The Short Life and Tragic Death of Florence Lawrence, the World's First "Movie Star."

By Tom BakerPublished 20 days ago Updated 20 days ago 18 min read
2
Florence Lawrence 1908

I woke up one morning, nearly eight years ago, and a dead woman was goading me into writing a poem for her. I have no clue as to why she chose me. I even had the music to which to set said poem (in the manner of a 78 RPM from oh, maybe, 1916 or so). That woman was Florence Lawrence, the "Biograph Girl," the "World's First Movie Star."

Here's the poem:

This is for Florence Lawrence

Alone in a world of care,

This song is for the little girl with the auburn hair,

She danced her way to stardom,

And danced like a candle flame;

A vision of love, from heaven above

Florence her blessed name.

That little vision of sweetness

Alive on the silver screen,

Cast shadows of longing into my heart

For the movie queen,

The angels all gathered around her

To bid her a fond embrace;

Flapping their wings, the joy that she brings

Delivered me into grace.

But heaven was lost without her, so heaven above came down,

To seize her in crystal webs of splendor

Her funeral gown;

A shroud that enraptured millions

Delivered her into grace;

A grave grown so cold, in decades grown old

To shadow poor Florence's face.

Now angels are sadly weeping

To realize her body lies,

Not in the eager hearts of million

Wand'ring eyes,

But open the gates of heaven

For Florence waits just beyond;

A Rose in her grasp, the world in her clasp

For Florence is dead and gone!

Sing me a song of Springtime,

Sing me a song of June,

Let's make our love beneath the light of a silvery moon,

This is a song for sweethearts,

Lost in a world of care;

Wait for me love, in heaven above,

Florence I'll meet you there.

Little Buddy AI had this to say about it:

Yes, the poem is beautifully written. The author uses vivid and emotive language, creating strong imagery that draws the reader in. The rhythm and rhyming scheme give it a melodic flow and the consistent theme throughout ties it all together. It is a touching tribute to Florence Lawrence that paints a clear picture of her influence and impact, while also expressing the sadness of her passing.

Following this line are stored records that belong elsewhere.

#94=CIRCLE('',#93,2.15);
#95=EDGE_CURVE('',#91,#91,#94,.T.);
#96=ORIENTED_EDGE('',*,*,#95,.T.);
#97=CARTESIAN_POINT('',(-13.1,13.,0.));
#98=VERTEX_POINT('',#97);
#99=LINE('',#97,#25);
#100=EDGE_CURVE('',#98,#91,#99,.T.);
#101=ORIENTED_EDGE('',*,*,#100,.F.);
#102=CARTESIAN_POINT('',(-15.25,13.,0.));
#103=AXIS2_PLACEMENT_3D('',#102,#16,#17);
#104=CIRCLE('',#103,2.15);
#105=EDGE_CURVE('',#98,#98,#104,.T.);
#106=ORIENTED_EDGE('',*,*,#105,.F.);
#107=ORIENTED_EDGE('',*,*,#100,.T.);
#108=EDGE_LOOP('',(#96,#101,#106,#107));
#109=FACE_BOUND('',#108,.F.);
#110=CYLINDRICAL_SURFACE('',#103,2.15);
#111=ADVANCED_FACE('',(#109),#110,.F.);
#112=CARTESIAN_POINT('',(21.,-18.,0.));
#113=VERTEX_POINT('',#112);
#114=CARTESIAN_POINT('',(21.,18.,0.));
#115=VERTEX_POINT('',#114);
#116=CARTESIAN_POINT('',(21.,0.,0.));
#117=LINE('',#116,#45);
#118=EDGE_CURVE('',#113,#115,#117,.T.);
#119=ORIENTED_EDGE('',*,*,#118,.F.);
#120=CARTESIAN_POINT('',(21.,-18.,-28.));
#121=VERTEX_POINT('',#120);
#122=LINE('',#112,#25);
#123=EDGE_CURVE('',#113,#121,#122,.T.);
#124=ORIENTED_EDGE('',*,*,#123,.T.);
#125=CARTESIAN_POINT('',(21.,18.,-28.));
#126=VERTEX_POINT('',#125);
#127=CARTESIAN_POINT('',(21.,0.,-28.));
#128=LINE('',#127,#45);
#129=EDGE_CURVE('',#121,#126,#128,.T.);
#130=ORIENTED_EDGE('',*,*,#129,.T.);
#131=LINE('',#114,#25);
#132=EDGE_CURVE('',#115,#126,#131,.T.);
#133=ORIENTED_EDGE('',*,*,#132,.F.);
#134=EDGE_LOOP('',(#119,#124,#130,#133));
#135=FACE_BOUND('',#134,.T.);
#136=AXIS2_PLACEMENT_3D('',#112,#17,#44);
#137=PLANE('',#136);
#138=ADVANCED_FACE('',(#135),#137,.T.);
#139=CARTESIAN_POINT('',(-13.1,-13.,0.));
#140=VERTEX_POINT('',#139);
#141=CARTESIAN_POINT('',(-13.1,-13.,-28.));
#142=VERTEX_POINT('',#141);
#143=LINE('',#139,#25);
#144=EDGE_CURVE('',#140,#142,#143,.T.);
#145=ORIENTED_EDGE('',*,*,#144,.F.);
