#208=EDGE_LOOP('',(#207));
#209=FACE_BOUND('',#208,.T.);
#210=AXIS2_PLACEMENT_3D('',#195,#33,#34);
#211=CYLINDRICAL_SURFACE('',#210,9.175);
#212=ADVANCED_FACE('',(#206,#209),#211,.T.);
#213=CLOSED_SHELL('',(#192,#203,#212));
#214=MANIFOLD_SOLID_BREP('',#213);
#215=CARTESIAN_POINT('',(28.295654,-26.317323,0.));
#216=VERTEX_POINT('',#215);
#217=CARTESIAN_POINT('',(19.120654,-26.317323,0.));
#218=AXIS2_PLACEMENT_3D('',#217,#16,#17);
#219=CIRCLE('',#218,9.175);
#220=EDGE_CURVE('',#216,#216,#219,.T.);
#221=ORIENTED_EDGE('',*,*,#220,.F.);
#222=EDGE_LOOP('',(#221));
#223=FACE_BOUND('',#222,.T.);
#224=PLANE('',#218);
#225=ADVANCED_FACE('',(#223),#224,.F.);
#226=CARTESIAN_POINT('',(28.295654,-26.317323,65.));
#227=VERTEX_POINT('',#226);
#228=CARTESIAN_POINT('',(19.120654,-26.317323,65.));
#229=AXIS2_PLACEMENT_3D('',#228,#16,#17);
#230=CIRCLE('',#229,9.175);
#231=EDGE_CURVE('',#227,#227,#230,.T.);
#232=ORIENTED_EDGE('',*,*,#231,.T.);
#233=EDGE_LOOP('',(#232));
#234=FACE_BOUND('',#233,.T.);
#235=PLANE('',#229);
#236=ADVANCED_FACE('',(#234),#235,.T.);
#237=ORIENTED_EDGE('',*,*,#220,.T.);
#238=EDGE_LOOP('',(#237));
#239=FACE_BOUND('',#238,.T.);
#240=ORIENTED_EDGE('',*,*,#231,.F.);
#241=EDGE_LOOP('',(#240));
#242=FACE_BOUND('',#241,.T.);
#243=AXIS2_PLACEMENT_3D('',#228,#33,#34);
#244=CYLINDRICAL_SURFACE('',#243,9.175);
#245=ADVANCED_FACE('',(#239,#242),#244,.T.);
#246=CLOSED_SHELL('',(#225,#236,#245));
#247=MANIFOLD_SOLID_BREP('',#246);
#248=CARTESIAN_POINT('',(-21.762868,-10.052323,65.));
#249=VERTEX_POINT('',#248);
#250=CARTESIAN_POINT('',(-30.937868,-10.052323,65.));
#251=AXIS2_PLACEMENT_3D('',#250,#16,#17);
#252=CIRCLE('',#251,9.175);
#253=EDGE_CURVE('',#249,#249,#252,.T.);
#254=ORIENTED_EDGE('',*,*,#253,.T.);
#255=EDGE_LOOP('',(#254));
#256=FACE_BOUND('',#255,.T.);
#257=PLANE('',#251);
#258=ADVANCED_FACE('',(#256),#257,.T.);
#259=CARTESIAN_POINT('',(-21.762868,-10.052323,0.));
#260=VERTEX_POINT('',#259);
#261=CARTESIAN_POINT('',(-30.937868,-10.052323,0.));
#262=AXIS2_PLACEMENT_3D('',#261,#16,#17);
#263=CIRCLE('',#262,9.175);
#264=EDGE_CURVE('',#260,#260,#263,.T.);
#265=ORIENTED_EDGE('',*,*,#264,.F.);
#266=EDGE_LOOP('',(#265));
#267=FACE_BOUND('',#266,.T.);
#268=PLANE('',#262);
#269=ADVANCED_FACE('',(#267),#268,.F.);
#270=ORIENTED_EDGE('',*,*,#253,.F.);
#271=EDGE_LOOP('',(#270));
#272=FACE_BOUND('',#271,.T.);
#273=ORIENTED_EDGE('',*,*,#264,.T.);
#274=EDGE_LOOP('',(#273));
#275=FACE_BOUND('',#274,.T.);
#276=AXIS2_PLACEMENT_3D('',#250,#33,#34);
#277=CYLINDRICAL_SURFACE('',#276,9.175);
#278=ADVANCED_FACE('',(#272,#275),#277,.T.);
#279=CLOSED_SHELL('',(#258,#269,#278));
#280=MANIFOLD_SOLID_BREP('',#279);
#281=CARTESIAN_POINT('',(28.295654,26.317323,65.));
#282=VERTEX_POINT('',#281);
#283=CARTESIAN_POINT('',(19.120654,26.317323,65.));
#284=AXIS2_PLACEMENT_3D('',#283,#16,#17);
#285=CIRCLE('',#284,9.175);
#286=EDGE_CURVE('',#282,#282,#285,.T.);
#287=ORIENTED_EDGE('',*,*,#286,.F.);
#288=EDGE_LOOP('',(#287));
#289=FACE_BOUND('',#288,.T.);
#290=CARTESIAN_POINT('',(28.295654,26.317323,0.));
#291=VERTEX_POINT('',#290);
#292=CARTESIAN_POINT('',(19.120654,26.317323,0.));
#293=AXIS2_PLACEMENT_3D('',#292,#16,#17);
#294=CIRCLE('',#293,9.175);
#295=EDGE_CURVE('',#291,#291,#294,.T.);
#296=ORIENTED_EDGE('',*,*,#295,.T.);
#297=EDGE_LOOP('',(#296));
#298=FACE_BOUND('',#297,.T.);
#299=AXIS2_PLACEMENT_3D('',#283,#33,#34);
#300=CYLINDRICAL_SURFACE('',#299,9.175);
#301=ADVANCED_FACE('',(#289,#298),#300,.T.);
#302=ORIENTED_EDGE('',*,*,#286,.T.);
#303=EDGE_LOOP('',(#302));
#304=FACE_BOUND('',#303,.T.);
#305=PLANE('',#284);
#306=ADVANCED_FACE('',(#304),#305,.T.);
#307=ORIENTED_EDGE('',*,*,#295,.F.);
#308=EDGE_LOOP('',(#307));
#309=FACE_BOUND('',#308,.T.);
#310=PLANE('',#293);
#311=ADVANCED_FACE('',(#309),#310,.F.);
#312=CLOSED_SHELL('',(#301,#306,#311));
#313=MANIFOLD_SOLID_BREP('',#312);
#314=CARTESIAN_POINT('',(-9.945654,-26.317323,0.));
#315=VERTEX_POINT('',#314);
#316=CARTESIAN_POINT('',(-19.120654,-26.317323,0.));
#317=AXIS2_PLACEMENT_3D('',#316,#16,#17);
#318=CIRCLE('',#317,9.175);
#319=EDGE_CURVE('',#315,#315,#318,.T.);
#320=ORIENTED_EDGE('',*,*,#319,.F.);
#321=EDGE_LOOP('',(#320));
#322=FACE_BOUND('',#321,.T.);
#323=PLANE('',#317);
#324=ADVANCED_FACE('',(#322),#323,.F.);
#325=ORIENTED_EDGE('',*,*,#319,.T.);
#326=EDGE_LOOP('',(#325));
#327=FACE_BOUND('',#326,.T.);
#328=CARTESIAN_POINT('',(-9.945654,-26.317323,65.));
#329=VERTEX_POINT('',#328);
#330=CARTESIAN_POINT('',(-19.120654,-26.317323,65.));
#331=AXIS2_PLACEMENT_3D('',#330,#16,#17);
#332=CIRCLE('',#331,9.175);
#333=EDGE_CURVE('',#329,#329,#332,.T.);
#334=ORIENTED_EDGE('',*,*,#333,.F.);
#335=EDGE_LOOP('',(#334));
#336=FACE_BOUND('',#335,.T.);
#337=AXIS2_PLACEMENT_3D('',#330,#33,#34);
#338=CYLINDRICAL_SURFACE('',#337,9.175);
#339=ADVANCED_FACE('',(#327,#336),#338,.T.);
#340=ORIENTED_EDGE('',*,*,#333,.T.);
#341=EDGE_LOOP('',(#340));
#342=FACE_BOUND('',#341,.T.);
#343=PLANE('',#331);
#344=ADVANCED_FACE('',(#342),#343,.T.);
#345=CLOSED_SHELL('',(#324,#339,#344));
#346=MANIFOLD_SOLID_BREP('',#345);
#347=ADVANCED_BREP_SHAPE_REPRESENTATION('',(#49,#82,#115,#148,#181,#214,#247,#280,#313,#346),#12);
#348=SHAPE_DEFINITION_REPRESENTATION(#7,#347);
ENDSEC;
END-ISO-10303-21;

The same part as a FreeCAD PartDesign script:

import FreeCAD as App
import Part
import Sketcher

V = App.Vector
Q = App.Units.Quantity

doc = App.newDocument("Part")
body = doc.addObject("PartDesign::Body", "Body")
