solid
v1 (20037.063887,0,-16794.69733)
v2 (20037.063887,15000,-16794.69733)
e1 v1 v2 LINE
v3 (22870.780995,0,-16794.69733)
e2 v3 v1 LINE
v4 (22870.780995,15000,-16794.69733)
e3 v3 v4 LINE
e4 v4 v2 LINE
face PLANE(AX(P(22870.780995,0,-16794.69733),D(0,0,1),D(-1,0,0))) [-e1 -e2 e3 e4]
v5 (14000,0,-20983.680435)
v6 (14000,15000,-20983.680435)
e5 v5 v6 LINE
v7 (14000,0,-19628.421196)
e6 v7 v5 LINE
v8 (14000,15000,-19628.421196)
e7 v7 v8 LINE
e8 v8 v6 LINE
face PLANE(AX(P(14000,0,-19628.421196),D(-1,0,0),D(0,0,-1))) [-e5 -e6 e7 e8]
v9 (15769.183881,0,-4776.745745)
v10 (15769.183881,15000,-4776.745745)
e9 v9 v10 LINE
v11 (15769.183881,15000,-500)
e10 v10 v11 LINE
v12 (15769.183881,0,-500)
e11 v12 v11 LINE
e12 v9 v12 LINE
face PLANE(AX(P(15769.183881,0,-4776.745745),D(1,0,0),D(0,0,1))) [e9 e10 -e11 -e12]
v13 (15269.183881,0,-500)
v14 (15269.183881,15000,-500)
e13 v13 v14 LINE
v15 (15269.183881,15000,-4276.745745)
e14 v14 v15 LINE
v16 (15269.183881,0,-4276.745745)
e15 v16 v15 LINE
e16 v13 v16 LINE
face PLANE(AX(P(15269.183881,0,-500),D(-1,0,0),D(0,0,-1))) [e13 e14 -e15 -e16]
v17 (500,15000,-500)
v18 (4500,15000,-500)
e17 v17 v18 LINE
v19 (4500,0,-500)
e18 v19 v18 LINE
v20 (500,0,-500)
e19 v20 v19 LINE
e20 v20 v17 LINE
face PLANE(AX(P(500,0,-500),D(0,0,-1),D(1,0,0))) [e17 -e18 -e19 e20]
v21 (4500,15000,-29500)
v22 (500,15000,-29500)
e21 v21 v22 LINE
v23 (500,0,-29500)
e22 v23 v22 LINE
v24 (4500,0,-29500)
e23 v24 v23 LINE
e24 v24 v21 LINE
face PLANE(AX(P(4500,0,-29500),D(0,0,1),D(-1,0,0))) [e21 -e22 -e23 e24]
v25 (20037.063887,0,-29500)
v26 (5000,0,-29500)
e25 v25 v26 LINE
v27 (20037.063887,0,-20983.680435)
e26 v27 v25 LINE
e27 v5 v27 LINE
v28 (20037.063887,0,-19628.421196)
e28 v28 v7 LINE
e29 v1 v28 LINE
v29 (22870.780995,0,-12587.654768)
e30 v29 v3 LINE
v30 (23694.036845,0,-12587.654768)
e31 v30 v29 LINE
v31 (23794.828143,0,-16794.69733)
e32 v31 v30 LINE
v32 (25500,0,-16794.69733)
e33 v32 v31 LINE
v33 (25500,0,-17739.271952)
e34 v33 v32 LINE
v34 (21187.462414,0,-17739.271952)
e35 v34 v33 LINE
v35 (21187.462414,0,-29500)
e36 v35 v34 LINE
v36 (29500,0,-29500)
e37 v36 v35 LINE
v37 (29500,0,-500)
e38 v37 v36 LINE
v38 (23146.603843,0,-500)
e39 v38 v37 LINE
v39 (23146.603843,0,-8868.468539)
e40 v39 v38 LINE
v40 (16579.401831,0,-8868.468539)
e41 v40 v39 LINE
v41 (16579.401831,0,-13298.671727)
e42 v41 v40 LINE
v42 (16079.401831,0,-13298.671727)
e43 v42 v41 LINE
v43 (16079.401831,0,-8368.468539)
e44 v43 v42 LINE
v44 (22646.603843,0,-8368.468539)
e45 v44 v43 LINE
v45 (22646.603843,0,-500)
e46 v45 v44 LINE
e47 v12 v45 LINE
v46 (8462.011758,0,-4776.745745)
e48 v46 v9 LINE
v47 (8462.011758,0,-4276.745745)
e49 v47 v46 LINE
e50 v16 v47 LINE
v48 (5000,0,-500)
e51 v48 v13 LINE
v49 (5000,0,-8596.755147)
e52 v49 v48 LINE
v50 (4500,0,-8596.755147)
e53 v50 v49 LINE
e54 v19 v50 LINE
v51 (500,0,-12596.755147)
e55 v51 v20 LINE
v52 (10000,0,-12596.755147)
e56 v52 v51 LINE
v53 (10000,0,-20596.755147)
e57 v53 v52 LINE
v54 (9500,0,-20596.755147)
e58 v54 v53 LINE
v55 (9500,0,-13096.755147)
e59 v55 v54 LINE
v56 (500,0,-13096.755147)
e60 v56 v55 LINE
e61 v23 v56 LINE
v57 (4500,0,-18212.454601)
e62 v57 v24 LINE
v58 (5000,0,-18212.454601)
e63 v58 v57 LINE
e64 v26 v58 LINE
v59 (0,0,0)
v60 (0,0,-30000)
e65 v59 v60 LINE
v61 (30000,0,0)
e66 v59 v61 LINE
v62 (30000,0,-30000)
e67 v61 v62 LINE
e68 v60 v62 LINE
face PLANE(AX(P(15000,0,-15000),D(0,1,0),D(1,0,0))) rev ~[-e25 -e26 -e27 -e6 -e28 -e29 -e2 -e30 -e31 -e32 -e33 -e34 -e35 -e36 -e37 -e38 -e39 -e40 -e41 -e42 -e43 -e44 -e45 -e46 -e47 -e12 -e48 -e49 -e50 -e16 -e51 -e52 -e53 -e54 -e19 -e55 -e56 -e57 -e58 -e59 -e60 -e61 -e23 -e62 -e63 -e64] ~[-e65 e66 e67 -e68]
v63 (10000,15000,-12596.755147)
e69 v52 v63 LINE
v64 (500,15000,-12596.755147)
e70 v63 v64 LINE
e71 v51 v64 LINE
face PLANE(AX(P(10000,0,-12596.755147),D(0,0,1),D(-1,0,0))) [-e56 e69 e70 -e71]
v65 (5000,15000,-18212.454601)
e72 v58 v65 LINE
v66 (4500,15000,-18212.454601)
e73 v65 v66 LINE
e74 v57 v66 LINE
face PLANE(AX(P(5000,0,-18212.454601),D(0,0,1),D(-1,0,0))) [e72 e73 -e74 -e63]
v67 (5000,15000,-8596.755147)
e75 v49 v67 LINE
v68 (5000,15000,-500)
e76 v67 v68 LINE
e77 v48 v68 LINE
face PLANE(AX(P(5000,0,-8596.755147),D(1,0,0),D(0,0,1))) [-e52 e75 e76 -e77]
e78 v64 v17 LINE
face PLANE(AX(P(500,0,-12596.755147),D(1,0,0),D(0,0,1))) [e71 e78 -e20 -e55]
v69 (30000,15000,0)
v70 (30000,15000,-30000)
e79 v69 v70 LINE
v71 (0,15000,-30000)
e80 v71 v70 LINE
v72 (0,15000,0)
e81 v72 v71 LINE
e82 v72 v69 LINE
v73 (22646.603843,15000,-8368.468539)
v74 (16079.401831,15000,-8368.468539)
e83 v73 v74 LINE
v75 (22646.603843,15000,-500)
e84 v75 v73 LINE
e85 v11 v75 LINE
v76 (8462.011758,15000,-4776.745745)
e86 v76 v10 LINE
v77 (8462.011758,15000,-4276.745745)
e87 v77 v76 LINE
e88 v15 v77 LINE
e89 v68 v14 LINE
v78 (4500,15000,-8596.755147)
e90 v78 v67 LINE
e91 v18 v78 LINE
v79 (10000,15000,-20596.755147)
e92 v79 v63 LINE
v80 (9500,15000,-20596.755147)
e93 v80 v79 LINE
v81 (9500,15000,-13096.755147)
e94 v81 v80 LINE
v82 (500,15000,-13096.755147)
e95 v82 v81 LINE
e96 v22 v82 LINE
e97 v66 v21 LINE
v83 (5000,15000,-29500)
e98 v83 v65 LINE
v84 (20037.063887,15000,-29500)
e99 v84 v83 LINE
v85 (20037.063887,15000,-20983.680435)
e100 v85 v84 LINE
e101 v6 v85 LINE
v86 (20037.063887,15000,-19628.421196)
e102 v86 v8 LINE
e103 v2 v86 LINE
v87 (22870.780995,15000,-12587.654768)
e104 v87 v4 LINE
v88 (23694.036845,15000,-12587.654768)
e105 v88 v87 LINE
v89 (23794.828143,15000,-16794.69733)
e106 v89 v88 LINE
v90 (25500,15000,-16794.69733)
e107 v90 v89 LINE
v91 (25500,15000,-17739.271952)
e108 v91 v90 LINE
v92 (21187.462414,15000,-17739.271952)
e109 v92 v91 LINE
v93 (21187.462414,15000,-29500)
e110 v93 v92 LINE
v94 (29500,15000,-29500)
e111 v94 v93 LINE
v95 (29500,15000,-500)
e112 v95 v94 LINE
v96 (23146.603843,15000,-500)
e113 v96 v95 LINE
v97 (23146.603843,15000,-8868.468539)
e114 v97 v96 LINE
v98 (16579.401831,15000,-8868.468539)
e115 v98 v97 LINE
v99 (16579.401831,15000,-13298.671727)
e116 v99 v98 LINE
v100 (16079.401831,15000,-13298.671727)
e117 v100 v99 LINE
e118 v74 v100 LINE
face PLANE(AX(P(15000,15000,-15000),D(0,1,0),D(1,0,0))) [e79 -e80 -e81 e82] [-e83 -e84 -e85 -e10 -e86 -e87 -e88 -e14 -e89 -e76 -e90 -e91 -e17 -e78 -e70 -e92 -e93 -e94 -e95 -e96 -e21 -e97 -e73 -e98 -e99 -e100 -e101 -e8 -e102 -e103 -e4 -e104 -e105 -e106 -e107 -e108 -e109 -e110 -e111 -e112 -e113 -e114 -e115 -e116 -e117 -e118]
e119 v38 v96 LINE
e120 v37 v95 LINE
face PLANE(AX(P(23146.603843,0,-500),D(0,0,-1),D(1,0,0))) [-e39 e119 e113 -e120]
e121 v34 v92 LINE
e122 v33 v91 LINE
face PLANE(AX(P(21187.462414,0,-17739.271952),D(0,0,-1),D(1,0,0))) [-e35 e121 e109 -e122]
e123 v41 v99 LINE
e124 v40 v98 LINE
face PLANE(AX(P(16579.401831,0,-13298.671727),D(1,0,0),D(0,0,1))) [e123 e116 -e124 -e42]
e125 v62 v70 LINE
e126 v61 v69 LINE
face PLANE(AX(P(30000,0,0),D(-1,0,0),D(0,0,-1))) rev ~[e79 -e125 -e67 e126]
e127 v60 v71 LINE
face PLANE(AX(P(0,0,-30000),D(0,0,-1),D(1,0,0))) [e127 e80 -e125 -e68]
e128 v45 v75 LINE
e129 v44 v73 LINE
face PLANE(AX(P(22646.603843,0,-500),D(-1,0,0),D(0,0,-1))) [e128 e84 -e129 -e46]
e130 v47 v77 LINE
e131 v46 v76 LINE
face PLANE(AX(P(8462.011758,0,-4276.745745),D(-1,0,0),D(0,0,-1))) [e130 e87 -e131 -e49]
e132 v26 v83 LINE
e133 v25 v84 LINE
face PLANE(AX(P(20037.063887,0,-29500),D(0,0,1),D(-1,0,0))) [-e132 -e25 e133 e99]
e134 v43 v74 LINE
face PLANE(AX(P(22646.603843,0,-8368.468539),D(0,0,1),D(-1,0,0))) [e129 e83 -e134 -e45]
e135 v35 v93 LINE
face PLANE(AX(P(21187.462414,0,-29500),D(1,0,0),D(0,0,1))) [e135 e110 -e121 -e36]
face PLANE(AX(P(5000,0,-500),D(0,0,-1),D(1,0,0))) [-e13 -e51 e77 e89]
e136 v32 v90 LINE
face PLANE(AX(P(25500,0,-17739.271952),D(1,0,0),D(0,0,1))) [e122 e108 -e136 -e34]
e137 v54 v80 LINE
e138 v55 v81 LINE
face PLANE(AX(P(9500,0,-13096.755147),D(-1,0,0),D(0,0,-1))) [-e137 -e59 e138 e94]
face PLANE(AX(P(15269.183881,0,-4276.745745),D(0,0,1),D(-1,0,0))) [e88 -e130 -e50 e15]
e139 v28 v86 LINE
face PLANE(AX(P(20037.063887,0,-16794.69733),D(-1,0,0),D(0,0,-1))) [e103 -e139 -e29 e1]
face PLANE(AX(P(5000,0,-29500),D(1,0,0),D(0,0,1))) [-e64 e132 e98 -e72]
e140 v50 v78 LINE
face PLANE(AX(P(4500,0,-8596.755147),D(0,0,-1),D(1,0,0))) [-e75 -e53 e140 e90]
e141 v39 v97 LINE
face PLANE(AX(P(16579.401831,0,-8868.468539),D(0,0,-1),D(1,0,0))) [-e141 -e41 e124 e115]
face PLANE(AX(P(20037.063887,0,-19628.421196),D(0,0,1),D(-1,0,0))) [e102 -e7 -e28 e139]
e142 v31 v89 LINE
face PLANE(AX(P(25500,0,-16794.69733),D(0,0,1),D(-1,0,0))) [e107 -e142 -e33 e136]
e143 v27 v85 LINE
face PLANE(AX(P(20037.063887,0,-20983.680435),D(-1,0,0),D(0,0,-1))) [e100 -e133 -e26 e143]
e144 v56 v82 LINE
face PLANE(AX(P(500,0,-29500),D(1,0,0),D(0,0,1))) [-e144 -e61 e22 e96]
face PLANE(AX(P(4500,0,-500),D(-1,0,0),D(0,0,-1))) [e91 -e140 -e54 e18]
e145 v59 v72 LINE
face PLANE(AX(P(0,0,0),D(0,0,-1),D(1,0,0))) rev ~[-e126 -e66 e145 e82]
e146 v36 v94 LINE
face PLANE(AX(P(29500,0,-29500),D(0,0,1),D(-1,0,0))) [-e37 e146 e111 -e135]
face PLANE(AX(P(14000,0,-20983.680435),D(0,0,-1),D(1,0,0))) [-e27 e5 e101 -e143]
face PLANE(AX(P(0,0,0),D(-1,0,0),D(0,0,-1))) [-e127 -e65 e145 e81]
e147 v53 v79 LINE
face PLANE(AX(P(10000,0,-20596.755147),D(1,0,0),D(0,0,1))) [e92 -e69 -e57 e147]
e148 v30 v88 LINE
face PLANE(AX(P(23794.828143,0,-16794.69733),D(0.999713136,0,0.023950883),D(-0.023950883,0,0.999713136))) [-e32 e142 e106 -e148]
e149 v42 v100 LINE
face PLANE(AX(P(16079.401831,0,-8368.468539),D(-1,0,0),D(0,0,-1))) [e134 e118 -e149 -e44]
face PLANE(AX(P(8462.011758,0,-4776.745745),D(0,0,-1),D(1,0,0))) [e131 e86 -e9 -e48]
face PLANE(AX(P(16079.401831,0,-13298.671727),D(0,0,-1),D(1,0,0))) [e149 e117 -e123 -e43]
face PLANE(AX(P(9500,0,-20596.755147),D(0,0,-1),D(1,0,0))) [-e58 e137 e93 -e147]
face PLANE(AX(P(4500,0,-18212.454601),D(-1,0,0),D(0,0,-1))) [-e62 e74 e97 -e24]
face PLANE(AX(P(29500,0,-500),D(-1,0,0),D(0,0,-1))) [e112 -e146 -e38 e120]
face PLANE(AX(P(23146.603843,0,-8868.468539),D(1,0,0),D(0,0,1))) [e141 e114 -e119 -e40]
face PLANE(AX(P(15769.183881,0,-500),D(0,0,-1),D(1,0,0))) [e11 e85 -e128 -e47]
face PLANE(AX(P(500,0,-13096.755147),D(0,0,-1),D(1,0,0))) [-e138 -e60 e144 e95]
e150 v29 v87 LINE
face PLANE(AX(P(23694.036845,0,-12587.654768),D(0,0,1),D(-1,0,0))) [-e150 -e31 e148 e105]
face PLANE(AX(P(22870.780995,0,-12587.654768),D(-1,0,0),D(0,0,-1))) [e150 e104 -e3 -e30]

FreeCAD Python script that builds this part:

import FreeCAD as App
import Part
import Sketcher
from FreeCAD import Vector
Q = App.Units.Quantity


def add_polygon(sketch, points):
    """Adds a closed chain of lines whose ends are joined by coincident constraints."""
    first, n = sketch.GeometryCount, len(points)
    for a, b in zip(points, points[1:] + points[:1]):
        sketch.addGeometry(Part.LineSegment(App.Vector(*a, 0), App.Vector(*b, 0)), False)
    for i in range(n):
        sketch.addConstraint(Sketcher.Constraint("Coincident", first + i, 2, first + (i + 1) % n, 1))

doc = App.newDocument("Part")
body = doc.addObject("PartDesign::Body", "Body")

# Sketch on XZ plane
sketch1 = body.newObject("Sketcher::SketchObject", "Sketch")
sketch1.AttachmentSupport = (doc.getObject("XZ_Plane"), [""])
sketch1.MapMode = "FlatFace"
add_polygon(sketch1, [(0, -30000), (0, 0), (30000, 0), (30000, -30000)])  # lines 0-3
add_polygon(sketch1, [(9500, -13097), (500, -13097), (500, -29500), (4500, -29500), (4500, -18212), (5000, -18212), (5000, -29500), (20037, -29500), (20037, -20984), (14000, -20984), (14000, -19628), (20037, -19628), (20037, -16795), (22871, -16795), (22871, -12588), (23694, -12588), (23795, -16795), (25500, -16795), (25500, -17739), (21187, -17739), (21187, -29500), (29500, -29500), (29500, -500), (23147, -500), (23147, -8868), (16579, -8868), (16579, -13299), (16079, -13299), (16079, -8368), (22647, -8368), (22647, -500), (15769, -500), (15769, -4777), (8462, -4777), (8462, -4277), (15269, -4277), (15269, -500), (5000, -500), (5000, -8597), (4500, -8597), (4500, -500), (500, -500), (500, -12597), (10000, -12597), (10000, -20597), (9500, -20597)])  # lines 4-49
sketch1.addConstraint(Sketcher.Constraint("Vertical", 0))
sketch1.addConstraint(Sketcher.Constraint("Horizontal", 1))
sketch1.addConstraint(Sketcher.Constraint("Vertical", 2))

Florence Lawrence was born Florence Annie Bridgwood in Ontario Canada, on Jan 28th, 1886. She began performing with her mother in Vaudeville, as "Baby Flo, the Child Wonder." Kelly R. Brown, author of "Florence Lawrence, The Biograph Girl: America's First Movie Star" (McFarland, 2007) wrote of an early incident that became a part of the act, wherein little Flo would proceed out on stage, look around in distress, and begin to bawl loudly in fear, much to the audience's amusement. Flo was the apple of her mother's eye, and the family referred to her as "Queenie" as she got older.

Young Florence began traveling with a variety of different touring companies, performing in summer stock before appearing in bit roles for Edison, who had developed the newfangled Wonder of the Modern Age: The Motion Picture Camera. Edison was convinced that he'd be the only one to ever produce "flickers" (as they were popularly known). He was soon disabused of that erroneous notion.

The old "nickelodeons" and crank-handled machines (which were peered into for a few moments, cranked with a lever at the side, and offered the viewer who spent his hard-earned nickel a glimpse of a lady dancing, or some other visual considered inordinately risque in 1910), soon gave way to more proper theaters were the films were projected on a wall. This was for purely economic purposes, as it meant many working-class men and women could be packed into a room at one time--all laying down their hard-earned cash for a few moments of escape via the new, astounding medium of the MOVIES. The effete and the social critics considered it a vulgar pastime, a fad that would soon fade away. How incorrect their assessment would prove to be.

From Edison, Florence moved to Vitagraph, then Biograph, working for motion picture pioneer D.W. Griffith, a man whose legacy is mired in infamy due to his (ahem) "controversial" Civil War epic Birth of a Nation, an astounding film that cannot be presented today, at least not publicly, for reasons that should be obvious. At the time, Griffith was just beginning to pioneer the close-up, the cutaway, the dissolve, and other now generally accepted aspects of the storytelling "language" of motion picture films. Producers at the time objected to this. "Nobody," one of them angrily said, "is gonna pay a nickel to see HALF AN ACTOR!" Oh, how wrong so many of these future prognostications from such little, constricted minds, proved to be.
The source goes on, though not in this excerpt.